虽然柳白灵对于熬夜有些疲惫,但是见到如此高级的刺客组织还是十分惊异的。
“亲爱的,这个投诚的英雄的护卫显然是不怎样啊,这些绝密内容都能被你给发现!”柳白灵试探的说着。
“哈哈,白灵,一军主将的营帐怎可能护卫松散?这个罗宁可是十分谨慎啊,平日就算是上厕所都要带十个武艺高强的护卫,要不然也不可能活到现在!暗中监视已经是极限了,根本不可能暗杀他,信不信要是锦衣卫露出一点杀气,就会被他身边的死士感受到,之后反杀?”安霖说着,也知道这个人说话是滴水不漏,就算是最亲信的手下,也不流露半点想法。
“你信不信,这个叫罗宁的明天就会向我请罪,说是军中酗酒!”安霖又问。
这下子,柳白灵是完全不困了,直问为什么。
安霖只是拿出了一个酒樽,之后说:“他们喝酒都有酒樽,现在少了一个,只要他还是个聪明人,就知道我的意思,现在他应该还睡不着呢!”

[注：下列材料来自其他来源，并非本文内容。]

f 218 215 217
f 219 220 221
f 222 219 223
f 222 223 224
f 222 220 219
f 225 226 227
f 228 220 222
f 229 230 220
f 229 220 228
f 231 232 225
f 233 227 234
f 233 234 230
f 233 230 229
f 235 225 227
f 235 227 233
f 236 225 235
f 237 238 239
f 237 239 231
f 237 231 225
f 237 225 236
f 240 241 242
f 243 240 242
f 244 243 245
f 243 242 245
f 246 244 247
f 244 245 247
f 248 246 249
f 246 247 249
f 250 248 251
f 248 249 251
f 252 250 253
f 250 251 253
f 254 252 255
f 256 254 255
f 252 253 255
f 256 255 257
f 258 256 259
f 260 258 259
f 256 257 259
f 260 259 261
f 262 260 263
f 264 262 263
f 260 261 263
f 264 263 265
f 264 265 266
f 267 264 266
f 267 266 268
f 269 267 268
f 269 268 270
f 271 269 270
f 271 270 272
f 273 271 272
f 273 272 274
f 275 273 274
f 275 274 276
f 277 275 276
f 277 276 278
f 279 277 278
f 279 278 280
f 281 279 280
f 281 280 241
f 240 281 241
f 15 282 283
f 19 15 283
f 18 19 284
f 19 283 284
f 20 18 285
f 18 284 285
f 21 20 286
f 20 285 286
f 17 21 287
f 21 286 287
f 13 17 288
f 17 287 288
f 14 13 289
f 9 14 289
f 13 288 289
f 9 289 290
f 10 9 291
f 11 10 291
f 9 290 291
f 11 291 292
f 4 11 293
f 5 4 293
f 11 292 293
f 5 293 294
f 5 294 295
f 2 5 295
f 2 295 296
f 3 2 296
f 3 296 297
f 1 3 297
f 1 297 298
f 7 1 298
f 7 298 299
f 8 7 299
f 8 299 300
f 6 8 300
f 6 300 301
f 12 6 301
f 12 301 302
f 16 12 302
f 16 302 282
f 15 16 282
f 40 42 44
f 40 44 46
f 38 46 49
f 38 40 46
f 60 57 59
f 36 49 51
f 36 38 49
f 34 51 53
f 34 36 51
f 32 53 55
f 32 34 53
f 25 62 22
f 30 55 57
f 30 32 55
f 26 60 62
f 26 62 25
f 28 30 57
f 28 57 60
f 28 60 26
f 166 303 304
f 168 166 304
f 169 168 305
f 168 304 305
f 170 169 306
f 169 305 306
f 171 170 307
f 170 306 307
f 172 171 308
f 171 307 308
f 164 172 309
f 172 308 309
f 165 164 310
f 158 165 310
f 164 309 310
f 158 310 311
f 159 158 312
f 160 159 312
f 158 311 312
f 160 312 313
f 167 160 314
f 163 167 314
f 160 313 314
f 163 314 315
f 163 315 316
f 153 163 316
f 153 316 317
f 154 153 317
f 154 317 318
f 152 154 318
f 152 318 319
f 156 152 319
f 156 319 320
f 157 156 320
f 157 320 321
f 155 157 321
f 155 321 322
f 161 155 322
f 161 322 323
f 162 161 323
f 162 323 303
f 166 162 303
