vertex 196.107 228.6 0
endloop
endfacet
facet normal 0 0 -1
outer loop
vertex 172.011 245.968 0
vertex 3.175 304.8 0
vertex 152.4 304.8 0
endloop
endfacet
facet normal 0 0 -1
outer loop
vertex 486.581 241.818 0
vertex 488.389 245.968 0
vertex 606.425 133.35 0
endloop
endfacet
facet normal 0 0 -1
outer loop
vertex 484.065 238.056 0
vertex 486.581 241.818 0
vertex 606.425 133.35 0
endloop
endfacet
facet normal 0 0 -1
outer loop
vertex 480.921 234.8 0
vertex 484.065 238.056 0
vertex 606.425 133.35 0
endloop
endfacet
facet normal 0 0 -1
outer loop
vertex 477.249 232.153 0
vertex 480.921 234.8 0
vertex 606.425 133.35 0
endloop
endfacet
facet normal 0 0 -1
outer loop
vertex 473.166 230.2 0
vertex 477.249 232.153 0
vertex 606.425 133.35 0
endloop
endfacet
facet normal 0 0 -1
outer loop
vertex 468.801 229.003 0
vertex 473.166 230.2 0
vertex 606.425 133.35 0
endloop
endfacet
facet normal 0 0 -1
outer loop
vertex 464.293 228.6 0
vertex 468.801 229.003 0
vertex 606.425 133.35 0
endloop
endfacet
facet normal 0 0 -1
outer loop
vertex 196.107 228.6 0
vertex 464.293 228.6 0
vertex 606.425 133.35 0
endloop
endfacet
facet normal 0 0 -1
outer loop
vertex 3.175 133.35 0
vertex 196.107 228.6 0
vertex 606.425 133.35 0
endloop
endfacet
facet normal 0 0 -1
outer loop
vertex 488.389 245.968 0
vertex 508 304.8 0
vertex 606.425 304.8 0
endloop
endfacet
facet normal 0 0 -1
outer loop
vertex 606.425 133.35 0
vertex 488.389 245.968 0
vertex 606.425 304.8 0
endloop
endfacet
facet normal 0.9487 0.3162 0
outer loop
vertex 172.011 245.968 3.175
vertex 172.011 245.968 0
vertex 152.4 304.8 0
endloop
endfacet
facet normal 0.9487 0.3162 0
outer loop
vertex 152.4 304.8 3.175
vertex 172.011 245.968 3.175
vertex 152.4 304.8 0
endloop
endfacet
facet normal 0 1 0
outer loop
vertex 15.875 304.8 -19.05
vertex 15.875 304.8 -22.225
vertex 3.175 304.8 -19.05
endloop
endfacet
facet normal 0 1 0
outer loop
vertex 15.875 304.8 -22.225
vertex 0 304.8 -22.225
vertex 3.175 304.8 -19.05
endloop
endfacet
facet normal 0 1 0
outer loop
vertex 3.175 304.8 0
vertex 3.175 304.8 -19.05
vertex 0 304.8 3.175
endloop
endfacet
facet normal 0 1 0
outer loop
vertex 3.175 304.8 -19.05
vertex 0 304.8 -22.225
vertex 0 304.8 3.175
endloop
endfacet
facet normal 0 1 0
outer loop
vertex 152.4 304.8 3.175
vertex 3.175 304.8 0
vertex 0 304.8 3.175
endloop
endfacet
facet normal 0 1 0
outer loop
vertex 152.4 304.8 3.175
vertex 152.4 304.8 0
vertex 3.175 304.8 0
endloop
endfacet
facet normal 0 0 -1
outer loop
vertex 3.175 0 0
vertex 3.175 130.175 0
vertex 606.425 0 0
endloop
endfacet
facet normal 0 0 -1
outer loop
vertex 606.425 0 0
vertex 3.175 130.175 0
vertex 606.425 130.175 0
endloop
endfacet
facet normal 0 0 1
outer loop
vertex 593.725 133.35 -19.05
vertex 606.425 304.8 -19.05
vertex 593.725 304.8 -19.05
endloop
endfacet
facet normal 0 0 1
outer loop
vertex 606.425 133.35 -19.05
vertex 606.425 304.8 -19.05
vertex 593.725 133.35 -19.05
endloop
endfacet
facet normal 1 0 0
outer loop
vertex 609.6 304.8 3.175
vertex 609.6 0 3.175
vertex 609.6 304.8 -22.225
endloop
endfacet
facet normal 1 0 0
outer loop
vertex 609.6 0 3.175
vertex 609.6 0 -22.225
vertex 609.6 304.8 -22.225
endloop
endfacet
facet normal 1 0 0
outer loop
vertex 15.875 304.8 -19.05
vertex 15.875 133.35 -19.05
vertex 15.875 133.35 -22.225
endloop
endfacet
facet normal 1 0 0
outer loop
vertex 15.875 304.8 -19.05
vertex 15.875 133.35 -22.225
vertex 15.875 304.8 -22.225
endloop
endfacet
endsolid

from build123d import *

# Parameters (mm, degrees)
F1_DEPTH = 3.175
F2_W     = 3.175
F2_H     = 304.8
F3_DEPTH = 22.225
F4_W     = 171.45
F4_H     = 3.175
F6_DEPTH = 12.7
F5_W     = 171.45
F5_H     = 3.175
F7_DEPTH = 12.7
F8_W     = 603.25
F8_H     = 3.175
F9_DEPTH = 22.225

说实话,罗宁现在真的睡不着觉,因为来人十五个,酒樽十五个,现在却只有十四个酒樽,剩下的哪一个去哪了?
难道说有人一直在监视我?
这个念头一冒出来,就疯狂的在罗宁头脑内蔓延。
这种大酒具,丢了是不可能的,只可能是被人故意收走了!
那这个人肯定是效忠于安霖的,所以说,这次军中聚会的内容,安霖肯定会知道。
那为什么知道自己那些手下有异心,还不动手呢?
这是在试探自己!
不用想什么先下手为强,自己在投降的那一刻起,就没了和安霖抗争的资本。
就这样,翻来覆去的想了一宿,罗宁终于下定了决心。
就在第二天早上,他就找到了安霖。
一见面,扑通一声,就跪了下来,之后就是磕头,一言不发。
安霖对他的选择很满意,就说了一句话:“给你三百重甲兽人的使用权,那些人要归西你自己看着办,你只有一上午的时间!”
罗宁如遭大赦,浑身虚汗,但还是立刻起身,带了士卒就向那些将官的营帐行去。
之后,一阵惨叫声过后,罗宁重新归来,但是却拖着一堆人头。
在和地精的小报告对比之后,发现该死一个也不少。
至于那些亲卫,都在镇压的过程中被杀干净了!
之后安霖挥了挥手,让他下去,罗宁也很识趣,不再说话,直接离开。